Once you reach the line containing "#112=ORIENTED_EDGE('',*,*,#59,.T.);" in the entries below, write out that line and each one after it down to the line containing "#123=SPHERICAL_SURFACE('',#122,150.);", exactly and with nothing added.

━━━ Data excerpts ━━━

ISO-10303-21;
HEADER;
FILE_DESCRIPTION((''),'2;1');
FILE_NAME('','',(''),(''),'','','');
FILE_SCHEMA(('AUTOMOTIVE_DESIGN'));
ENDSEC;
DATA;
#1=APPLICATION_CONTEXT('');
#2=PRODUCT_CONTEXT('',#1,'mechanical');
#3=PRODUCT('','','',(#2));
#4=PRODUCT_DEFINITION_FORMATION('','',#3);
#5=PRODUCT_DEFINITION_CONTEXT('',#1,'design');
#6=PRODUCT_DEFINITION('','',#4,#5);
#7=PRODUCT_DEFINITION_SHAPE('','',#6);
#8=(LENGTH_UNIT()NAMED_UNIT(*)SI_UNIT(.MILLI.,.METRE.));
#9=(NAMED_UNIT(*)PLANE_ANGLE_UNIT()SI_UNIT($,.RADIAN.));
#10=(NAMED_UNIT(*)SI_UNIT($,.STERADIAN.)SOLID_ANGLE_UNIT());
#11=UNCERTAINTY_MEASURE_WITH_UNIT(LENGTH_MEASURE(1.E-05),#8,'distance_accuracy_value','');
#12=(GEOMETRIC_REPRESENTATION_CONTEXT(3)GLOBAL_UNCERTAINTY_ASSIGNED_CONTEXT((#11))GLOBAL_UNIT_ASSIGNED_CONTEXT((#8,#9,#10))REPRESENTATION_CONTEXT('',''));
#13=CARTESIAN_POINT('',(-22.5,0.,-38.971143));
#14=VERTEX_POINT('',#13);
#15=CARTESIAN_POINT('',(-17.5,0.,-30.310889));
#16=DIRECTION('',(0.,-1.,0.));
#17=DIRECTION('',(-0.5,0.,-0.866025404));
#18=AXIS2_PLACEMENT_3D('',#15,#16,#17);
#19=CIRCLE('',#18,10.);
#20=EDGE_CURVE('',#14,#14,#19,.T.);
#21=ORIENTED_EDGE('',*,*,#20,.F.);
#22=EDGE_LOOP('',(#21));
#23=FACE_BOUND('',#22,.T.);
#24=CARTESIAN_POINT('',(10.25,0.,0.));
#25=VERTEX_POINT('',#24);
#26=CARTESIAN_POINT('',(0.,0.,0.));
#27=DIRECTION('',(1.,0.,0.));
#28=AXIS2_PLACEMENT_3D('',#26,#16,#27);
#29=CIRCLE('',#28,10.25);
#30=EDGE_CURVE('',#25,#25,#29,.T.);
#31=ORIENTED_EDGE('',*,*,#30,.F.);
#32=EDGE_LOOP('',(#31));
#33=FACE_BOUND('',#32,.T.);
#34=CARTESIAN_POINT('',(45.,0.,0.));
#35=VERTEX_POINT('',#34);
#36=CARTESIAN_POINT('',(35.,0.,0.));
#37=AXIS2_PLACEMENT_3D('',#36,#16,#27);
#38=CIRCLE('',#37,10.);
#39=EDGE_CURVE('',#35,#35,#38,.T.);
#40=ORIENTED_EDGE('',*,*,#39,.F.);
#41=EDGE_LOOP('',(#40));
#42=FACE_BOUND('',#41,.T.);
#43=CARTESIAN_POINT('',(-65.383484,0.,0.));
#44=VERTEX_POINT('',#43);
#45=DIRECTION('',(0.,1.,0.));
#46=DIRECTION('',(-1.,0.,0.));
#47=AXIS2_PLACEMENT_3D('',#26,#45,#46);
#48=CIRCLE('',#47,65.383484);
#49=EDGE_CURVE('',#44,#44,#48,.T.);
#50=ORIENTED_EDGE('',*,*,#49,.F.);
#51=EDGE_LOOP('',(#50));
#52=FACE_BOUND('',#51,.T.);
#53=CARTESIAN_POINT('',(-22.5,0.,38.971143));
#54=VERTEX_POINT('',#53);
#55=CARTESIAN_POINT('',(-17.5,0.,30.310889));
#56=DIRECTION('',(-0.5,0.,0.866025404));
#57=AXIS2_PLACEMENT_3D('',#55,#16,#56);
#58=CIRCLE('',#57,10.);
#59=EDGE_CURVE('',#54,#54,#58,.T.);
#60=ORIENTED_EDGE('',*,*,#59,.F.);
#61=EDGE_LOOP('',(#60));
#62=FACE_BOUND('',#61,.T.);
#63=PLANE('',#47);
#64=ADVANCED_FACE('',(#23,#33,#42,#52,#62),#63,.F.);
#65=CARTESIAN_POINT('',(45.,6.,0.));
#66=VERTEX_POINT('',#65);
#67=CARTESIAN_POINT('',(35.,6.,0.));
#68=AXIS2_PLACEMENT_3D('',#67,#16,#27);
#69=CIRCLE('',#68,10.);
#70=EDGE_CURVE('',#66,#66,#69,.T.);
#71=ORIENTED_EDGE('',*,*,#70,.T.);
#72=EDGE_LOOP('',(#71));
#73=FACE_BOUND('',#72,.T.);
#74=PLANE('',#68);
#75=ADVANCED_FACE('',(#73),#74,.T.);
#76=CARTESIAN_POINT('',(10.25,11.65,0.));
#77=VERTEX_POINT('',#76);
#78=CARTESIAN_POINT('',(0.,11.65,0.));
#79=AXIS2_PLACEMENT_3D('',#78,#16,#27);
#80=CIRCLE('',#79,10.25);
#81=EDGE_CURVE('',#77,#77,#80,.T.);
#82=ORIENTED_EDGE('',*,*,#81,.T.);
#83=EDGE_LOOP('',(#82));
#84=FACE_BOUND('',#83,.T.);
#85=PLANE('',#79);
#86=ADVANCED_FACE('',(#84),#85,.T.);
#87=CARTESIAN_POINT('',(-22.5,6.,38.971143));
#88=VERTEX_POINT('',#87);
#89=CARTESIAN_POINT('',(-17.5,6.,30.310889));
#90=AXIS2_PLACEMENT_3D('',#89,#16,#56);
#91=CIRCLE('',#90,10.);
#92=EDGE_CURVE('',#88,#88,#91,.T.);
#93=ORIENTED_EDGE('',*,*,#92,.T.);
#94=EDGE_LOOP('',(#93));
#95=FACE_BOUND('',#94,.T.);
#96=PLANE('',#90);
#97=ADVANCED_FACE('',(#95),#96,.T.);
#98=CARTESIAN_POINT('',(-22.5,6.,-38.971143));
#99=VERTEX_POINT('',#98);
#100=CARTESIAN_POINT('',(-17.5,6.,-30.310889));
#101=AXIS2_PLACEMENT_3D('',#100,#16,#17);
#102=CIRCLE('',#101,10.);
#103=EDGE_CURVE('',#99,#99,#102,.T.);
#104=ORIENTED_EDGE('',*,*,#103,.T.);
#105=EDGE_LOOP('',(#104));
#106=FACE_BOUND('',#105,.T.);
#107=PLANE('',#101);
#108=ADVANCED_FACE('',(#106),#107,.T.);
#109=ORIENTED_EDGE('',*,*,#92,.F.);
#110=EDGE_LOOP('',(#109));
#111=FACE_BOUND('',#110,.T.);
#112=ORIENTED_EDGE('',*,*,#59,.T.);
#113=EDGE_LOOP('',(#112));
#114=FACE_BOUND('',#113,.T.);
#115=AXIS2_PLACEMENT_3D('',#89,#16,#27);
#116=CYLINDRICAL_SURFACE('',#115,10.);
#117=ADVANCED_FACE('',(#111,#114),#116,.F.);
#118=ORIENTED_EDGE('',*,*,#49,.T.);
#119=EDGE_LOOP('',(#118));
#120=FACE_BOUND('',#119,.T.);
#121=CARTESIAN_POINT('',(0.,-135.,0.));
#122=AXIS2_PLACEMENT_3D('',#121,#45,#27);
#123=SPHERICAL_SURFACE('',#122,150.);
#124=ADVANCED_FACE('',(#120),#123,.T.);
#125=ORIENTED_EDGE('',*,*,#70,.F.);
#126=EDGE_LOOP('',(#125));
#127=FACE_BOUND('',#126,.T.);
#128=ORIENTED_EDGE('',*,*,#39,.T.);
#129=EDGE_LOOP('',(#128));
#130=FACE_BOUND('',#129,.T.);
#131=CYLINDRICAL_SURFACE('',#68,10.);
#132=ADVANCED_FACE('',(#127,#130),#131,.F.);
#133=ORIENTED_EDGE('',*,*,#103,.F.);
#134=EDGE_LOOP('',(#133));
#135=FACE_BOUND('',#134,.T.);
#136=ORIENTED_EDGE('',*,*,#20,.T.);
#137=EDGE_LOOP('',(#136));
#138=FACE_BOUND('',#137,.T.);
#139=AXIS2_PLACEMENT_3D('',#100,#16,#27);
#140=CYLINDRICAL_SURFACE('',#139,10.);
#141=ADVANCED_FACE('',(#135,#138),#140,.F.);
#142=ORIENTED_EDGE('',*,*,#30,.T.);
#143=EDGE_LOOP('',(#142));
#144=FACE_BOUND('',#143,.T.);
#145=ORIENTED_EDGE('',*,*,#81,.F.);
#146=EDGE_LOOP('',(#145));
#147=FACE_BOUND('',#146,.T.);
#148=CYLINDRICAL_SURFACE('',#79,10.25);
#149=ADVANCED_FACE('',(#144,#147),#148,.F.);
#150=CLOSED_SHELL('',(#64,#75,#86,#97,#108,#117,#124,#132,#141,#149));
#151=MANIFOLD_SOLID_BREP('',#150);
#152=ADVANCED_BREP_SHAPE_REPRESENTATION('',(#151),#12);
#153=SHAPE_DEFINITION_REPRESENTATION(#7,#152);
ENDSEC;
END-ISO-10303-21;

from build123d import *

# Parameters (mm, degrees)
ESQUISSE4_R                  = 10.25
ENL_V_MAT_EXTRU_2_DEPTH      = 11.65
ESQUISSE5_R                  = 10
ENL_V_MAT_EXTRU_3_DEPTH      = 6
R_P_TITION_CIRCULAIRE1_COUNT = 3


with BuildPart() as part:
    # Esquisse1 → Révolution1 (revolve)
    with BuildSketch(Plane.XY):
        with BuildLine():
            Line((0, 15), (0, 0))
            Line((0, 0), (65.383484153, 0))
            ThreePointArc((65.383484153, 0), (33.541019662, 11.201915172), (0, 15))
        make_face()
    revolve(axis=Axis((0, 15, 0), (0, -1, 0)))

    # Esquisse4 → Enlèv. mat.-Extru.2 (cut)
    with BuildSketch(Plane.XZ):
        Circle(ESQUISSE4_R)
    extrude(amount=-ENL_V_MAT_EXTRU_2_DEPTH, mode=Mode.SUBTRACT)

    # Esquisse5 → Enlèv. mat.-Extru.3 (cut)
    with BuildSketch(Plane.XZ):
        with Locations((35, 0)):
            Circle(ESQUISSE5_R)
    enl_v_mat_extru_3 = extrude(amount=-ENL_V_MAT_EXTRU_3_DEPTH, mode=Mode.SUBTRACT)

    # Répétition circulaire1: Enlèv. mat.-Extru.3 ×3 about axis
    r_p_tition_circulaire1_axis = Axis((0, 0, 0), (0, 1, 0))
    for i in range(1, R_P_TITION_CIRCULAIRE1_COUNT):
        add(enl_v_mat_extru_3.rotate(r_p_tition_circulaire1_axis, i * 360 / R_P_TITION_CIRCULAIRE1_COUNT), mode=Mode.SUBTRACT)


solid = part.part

━━━
━━━ Data excerpts ━━━

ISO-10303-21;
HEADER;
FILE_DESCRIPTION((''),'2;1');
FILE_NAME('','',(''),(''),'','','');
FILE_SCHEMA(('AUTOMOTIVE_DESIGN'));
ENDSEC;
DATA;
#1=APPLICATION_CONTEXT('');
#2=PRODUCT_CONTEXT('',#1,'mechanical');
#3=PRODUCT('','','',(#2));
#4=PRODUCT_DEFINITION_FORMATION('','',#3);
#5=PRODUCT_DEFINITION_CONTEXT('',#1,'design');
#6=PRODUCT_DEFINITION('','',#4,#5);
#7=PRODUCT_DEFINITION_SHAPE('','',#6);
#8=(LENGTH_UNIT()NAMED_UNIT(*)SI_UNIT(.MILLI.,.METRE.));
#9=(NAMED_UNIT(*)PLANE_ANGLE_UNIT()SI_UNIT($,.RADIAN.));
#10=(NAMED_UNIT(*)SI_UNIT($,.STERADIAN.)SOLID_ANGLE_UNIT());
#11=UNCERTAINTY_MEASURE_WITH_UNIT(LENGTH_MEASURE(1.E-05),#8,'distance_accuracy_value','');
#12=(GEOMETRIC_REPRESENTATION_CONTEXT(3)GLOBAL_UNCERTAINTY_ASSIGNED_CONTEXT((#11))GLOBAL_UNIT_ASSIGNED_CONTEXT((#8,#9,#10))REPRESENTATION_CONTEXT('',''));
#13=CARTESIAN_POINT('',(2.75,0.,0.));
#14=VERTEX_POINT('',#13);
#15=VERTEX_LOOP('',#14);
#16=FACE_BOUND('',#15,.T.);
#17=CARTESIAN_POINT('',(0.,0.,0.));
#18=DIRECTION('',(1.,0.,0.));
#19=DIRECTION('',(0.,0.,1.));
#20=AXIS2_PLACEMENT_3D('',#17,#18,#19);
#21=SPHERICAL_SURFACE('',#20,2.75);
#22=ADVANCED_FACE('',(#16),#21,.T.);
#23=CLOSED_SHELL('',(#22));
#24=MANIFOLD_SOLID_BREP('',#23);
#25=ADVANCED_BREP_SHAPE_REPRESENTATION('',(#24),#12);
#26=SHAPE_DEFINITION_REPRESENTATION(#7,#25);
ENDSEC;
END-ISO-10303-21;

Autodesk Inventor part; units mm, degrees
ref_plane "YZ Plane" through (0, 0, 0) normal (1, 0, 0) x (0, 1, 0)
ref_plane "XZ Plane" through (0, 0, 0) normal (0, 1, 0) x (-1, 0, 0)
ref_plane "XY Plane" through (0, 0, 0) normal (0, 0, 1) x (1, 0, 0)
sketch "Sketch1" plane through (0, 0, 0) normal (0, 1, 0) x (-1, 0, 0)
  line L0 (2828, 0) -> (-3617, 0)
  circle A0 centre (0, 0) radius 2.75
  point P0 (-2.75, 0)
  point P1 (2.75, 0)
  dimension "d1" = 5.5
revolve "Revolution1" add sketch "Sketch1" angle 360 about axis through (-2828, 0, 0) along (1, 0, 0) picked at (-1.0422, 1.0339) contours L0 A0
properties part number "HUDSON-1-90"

━━━
━━━ Data excerpts ━━━

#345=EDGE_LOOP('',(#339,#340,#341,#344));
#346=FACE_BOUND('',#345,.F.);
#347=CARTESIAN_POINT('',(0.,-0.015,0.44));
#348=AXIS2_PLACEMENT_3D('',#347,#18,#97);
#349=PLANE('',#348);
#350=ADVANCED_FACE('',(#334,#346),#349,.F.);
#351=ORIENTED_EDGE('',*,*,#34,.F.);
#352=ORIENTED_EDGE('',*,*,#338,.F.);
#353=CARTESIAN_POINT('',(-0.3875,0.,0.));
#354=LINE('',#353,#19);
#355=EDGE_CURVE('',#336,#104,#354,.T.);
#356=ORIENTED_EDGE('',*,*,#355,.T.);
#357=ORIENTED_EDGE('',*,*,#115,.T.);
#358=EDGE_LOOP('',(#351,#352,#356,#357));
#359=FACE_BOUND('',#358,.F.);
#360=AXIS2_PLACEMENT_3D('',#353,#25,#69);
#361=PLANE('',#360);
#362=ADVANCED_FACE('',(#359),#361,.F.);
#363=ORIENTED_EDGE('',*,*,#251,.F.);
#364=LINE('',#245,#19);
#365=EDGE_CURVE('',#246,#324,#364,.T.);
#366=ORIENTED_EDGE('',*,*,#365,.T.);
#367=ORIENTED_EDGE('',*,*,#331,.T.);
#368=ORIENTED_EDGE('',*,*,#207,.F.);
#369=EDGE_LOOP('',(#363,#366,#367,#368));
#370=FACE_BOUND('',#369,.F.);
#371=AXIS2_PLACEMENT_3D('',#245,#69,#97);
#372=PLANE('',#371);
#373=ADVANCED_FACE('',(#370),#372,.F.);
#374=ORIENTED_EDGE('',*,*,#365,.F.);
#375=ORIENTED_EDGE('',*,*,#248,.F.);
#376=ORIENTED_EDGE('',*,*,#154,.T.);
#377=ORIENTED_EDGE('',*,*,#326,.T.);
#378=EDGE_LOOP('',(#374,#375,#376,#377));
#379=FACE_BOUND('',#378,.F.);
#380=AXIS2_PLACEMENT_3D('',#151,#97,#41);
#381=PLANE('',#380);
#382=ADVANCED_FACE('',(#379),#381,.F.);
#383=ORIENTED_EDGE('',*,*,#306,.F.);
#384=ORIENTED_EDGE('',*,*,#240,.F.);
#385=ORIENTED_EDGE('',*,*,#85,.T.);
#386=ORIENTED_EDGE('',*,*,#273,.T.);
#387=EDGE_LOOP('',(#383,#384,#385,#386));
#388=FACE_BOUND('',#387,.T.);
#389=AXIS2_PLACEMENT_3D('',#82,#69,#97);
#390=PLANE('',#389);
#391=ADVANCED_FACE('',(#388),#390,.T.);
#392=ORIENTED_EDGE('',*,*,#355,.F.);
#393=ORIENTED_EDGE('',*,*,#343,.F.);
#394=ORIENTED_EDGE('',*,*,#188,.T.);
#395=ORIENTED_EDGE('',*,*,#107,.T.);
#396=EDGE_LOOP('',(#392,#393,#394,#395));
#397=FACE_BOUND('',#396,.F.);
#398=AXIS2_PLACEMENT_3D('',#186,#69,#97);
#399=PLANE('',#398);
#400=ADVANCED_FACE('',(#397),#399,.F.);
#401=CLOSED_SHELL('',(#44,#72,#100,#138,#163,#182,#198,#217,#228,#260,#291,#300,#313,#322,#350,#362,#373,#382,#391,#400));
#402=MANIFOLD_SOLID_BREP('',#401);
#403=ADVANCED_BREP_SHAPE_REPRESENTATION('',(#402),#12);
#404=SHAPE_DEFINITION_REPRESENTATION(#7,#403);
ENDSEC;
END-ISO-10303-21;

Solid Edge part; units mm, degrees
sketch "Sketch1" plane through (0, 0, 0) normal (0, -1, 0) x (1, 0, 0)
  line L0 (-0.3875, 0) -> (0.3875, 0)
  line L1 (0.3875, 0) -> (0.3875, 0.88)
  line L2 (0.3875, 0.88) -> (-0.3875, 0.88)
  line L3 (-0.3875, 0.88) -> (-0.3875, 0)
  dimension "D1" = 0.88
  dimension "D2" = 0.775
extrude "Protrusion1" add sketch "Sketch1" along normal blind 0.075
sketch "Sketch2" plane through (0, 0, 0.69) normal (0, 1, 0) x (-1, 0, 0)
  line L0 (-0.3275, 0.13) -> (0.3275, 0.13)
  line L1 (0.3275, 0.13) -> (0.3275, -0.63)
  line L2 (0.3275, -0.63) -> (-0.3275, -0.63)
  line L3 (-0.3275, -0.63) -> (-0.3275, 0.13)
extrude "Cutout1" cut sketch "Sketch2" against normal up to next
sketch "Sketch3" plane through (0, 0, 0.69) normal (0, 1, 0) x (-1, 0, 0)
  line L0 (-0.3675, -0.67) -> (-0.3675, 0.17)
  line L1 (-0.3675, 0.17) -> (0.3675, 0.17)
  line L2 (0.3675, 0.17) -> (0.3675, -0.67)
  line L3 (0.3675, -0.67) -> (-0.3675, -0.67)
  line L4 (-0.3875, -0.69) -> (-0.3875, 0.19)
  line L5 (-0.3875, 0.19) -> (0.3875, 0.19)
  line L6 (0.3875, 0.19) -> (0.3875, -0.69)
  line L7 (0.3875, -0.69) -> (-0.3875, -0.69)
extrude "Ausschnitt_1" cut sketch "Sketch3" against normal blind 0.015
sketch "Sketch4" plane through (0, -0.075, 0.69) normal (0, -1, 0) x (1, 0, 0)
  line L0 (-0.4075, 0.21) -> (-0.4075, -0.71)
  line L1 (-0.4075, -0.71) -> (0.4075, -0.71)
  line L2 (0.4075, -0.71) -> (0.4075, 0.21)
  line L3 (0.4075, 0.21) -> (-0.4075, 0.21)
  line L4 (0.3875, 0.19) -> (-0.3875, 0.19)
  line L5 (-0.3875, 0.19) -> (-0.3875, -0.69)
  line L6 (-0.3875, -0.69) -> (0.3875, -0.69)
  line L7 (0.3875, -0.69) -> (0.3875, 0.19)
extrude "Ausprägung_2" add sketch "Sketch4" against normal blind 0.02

━━━

__Answer area__.
#112=ORIENTED_EDGE('',*,*,#59,.T.);
#113=EDGE_LOOP('',(#112));
#114=FACE_BOUND('',#113,.T.);
#115=AXIS2_PLACEMENT_3D('',#89,#16,#27);
#116=CYLINDRICAL_SURFACE('',#115,10.);
#117=ADVANCED_FACE('',(#111,#114),#116,.F.);
#118=ORIENTED_EDGE('',*,*,#49,.T.);
#119=EDGE_LOOP('',(#118));
#120=FACE_BOUND('',#119,.T.);
#121=CARTESIAN_POINT('',(0.,-135.,0.));
#122=AXIS2_PLACEMENT_3D('',#121,#45,#27);
#123=SPHERICAL_SURFACE('',#122,150.);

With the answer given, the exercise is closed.